[Saved entries]
※
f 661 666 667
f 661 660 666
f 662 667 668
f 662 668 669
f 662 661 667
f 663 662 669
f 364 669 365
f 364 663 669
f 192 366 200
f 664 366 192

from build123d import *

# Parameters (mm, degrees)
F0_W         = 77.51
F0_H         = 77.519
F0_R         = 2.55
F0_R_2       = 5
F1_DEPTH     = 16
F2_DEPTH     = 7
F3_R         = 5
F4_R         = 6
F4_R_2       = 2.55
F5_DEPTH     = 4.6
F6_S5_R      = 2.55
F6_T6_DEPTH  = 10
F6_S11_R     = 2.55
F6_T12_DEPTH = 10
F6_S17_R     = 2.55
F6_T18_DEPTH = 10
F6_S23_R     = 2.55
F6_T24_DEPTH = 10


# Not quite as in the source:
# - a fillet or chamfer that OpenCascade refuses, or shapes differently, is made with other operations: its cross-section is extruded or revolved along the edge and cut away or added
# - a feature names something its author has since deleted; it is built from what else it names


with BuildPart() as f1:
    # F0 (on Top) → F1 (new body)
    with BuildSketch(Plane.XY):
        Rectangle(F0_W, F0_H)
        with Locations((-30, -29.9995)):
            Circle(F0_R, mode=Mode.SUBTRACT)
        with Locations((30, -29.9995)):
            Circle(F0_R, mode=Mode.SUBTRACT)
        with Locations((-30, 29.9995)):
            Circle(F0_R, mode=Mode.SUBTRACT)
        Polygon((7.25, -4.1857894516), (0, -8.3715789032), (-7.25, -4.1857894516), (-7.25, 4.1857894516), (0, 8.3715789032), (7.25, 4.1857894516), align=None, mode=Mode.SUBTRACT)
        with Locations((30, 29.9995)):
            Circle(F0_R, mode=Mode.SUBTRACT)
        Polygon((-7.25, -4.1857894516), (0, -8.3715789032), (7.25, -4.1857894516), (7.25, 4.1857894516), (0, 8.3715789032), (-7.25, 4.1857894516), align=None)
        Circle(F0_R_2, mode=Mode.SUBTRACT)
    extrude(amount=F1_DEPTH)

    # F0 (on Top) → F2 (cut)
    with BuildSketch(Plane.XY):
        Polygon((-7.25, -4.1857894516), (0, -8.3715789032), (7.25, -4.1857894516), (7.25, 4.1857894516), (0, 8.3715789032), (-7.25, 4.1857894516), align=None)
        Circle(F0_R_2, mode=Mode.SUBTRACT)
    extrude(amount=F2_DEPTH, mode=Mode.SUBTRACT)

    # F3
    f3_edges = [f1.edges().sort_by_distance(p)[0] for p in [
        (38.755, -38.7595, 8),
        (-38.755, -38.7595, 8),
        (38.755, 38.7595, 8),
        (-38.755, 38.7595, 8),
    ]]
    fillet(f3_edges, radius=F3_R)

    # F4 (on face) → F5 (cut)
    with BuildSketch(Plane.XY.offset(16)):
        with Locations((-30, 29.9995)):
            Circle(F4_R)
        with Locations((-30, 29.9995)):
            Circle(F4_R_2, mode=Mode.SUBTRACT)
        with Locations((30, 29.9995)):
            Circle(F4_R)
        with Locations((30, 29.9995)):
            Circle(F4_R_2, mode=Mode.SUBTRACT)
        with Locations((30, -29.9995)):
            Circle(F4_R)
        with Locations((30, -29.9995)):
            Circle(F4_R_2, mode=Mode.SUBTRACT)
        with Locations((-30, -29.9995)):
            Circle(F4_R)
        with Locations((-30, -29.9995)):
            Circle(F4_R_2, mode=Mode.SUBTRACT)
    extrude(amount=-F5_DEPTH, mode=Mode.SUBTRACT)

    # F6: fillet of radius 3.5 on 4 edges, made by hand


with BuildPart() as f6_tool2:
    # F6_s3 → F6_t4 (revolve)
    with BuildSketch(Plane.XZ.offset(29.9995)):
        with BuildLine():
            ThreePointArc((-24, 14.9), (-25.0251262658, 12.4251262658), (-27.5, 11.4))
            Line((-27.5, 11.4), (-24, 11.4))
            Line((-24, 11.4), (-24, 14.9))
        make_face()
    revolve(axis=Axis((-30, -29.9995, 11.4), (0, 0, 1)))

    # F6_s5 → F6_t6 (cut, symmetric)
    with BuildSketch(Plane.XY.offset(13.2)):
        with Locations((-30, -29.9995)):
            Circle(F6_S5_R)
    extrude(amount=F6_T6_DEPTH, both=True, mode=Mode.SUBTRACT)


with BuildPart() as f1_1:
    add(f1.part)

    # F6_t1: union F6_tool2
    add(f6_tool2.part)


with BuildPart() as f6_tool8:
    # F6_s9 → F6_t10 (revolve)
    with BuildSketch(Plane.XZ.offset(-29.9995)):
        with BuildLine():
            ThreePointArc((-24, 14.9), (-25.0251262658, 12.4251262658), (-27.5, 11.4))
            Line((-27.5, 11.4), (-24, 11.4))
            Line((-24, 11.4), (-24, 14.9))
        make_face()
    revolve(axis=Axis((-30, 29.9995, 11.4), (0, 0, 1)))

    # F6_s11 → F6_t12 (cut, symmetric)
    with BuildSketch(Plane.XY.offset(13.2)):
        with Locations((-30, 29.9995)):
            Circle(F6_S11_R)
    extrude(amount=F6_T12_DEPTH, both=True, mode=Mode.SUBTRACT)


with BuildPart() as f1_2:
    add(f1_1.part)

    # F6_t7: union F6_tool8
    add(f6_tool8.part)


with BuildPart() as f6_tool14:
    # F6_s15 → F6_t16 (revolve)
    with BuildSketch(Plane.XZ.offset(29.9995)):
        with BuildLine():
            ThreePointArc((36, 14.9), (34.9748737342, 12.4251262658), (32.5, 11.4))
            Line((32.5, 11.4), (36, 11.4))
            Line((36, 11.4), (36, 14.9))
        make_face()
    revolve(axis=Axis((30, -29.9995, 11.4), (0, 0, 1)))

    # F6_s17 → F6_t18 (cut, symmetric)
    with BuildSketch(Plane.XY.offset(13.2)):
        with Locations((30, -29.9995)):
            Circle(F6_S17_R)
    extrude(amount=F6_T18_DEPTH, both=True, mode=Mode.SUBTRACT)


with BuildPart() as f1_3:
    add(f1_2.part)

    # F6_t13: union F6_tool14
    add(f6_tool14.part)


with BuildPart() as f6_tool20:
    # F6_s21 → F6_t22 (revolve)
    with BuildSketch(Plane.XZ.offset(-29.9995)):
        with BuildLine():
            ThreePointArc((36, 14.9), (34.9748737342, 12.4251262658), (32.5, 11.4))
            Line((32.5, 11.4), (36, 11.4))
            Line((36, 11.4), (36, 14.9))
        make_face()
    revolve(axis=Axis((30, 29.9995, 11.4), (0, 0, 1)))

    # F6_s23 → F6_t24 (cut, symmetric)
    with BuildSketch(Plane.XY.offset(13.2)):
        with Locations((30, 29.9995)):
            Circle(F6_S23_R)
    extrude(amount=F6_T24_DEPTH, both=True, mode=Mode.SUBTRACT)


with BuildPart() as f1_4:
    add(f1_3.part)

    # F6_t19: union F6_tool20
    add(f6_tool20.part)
※
Description of the task> Count how many lines above carry the word "BuildPart". Only the number is required.

Result of this task> 9